MPF/MS vai denunciar envolvidos no esquema de extração ilegal de madeira

O Ministério Público Federal no Mato Grosso do Sul (MPF/MS) pretende denunciar à Justiça Federal os envolvidos no esquema de extração ilegal de madeira nativa para produção e venda de carvão vegetal, descoberto na chamada Operação Diamante Negro.

O Ministério Público Federal no Mato Grosso do Sul (MPF/MS) pretende denunciar à Justiça Federal os envolvidos no esquema de extração ilegal de madeira nativa para produção e venda de carvão vegetal, descoberto na chamada Operação Diamante Negro. O procurador da República Gustavo Moysés da Silveira, da Procuradoria da República no município de Três Lagoas, acredita haver provas suficientes de crimes contra a administração pública, a ordem tributária e o meio ambiente, além de corrupção e formação de quadrilha. A denúncia deve ser oferecida após a conclusão do inquérito pela Polícia Federal.

A investigação da quadrilha, que tinha base em Mato Grosso do Sul, mas atuava em vários estados do país, começou em junho de 2007, através de escutas telefônicas, realizadas pelas delegacias da Polícia Federal de Dourados e Três Lagoas. O Ministério Público Federal acompanhou as investigações desde o início.

Em abril deste ano, o procurador da República Gustavo Moysés da Silveira emitiu parecer à Justiça Federal pela expedição de 116 mandados de busca e apreensão. A Justiça deferiu 21 mandados de busca e apreensão domiciliar.

O MPF/MS se manifestou, ainda, pela prisão temporária de 49 integrantes da quadrilha e pela condução coercitiva de outros nove envolvidos, sendo concedida pela Justiça Federal a prisão temporária, por cinco dias, de 35 pessoas. As prisões ocorreram hoje, 20 de maio, no entanto, foram negadas as conduções coercitivas.

O carvão produzido ilegalmente e em larga escala tinha como destino siderúrgicas em Minas Gerais e São Paulo e escoava livremente com a facilitação de passagem por policiais rodoviários federais do posto de Paranaíba (MS).
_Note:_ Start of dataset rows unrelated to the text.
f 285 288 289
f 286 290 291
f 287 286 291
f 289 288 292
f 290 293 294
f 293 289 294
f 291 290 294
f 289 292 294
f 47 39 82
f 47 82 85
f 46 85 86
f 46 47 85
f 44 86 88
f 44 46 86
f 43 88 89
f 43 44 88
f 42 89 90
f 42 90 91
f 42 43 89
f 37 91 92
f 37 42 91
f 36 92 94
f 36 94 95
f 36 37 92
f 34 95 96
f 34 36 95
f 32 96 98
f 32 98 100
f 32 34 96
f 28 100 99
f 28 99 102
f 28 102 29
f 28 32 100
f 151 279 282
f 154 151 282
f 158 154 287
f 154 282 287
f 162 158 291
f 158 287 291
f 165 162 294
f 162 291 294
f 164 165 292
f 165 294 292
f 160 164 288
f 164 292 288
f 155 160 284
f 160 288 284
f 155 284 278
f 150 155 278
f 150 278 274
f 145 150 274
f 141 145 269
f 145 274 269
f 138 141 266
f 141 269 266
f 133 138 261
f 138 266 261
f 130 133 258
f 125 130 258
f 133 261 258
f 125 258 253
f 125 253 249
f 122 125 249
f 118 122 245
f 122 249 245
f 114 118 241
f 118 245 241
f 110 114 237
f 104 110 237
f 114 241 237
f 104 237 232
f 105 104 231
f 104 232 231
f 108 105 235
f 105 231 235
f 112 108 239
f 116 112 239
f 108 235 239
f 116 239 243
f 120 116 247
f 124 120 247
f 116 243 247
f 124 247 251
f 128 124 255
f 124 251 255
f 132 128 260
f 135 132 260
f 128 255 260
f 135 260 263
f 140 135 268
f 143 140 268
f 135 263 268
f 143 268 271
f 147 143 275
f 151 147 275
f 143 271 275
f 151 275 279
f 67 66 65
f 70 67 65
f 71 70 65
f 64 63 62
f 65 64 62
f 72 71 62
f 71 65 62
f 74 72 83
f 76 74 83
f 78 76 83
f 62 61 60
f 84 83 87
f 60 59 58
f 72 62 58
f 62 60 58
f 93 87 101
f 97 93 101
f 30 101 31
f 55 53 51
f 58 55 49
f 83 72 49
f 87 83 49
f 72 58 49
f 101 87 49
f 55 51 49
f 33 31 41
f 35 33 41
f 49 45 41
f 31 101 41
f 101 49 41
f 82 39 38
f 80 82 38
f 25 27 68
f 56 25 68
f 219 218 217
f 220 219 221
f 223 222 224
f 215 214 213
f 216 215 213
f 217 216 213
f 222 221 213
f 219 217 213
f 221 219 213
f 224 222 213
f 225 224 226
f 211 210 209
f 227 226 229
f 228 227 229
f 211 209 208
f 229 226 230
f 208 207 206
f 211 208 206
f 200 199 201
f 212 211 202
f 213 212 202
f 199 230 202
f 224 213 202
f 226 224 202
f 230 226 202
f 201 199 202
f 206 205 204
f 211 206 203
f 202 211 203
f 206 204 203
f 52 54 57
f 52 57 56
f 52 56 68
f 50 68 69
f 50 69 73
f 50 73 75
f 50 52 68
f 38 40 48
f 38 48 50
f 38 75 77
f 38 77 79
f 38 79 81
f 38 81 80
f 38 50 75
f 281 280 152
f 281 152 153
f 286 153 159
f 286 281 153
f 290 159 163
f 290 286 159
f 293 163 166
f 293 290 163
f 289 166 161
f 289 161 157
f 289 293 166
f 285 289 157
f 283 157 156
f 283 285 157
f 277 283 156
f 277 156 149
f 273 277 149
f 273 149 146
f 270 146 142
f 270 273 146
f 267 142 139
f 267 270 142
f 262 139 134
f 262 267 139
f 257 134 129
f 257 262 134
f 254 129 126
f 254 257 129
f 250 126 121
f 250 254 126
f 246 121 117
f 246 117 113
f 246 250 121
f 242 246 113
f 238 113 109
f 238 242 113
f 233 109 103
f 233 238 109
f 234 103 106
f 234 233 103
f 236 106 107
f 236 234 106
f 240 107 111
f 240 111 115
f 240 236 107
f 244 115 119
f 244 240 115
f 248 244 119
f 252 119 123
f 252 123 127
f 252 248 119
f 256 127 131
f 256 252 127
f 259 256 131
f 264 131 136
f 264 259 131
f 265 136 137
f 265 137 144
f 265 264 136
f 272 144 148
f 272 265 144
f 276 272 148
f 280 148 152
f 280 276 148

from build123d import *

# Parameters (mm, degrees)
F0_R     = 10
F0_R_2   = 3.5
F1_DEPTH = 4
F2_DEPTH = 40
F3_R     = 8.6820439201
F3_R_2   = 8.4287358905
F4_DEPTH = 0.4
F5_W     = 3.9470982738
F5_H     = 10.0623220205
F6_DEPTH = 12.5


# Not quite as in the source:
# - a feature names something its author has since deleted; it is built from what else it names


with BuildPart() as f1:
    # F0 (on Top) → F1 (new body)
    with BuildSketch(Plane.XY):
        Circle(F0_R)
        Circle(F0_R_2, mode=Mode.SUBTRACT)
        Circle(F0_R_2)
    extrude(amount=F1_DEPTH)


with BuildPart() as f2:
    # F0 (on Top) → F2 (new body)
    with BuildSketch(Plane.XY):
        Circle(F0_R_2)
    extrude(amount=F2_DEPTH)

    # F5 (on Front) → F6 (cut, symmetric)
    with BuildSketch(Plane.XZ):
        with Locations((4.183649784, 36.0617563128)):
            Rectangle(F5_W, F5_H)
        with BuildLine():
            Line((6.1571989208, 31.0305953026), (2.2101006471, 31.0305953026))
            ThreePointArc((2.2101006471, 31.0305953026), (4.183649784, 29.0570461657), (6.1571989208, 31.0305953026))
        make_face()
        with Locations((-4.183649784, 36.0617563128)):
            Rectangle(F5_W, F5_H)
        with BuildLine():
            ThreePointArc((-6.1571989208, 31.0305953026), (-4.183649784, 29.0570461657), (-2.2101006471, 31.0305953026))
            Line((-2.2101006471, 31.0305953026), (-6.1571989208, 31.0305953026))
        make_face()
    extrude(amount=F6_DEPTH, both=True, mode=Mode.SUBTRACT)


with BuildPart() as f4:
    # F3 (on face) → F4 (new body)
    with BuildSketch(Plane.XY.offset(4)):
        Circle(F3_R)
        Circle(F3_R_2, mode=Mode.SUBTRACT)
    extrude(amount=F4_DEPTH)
Estão envolvidos ainda no esquema servidores do Instituto Brasileiro do Meio Ambiente e dos recursos Naturais Renováveis (Ibama), Agência Fazendária (Agenfa), Instituto de Meio Ambiente de Mato Grosso do Sul (Imasul), bem como produtores de carvão e particulares.

Segundo apurado, a quadrilha implantou inúmeras carvoarias clandestinas, nas quais explorava mão-de-obra barata, inclusive menores de idade. A extração de madeira nativa ocorreu até mesmo em áreas de preservação ambiental, tendo seu transporte e venda realizados sem os documentos necessários (Documento de Origem Florestal – DOF) ou com documentos falsos.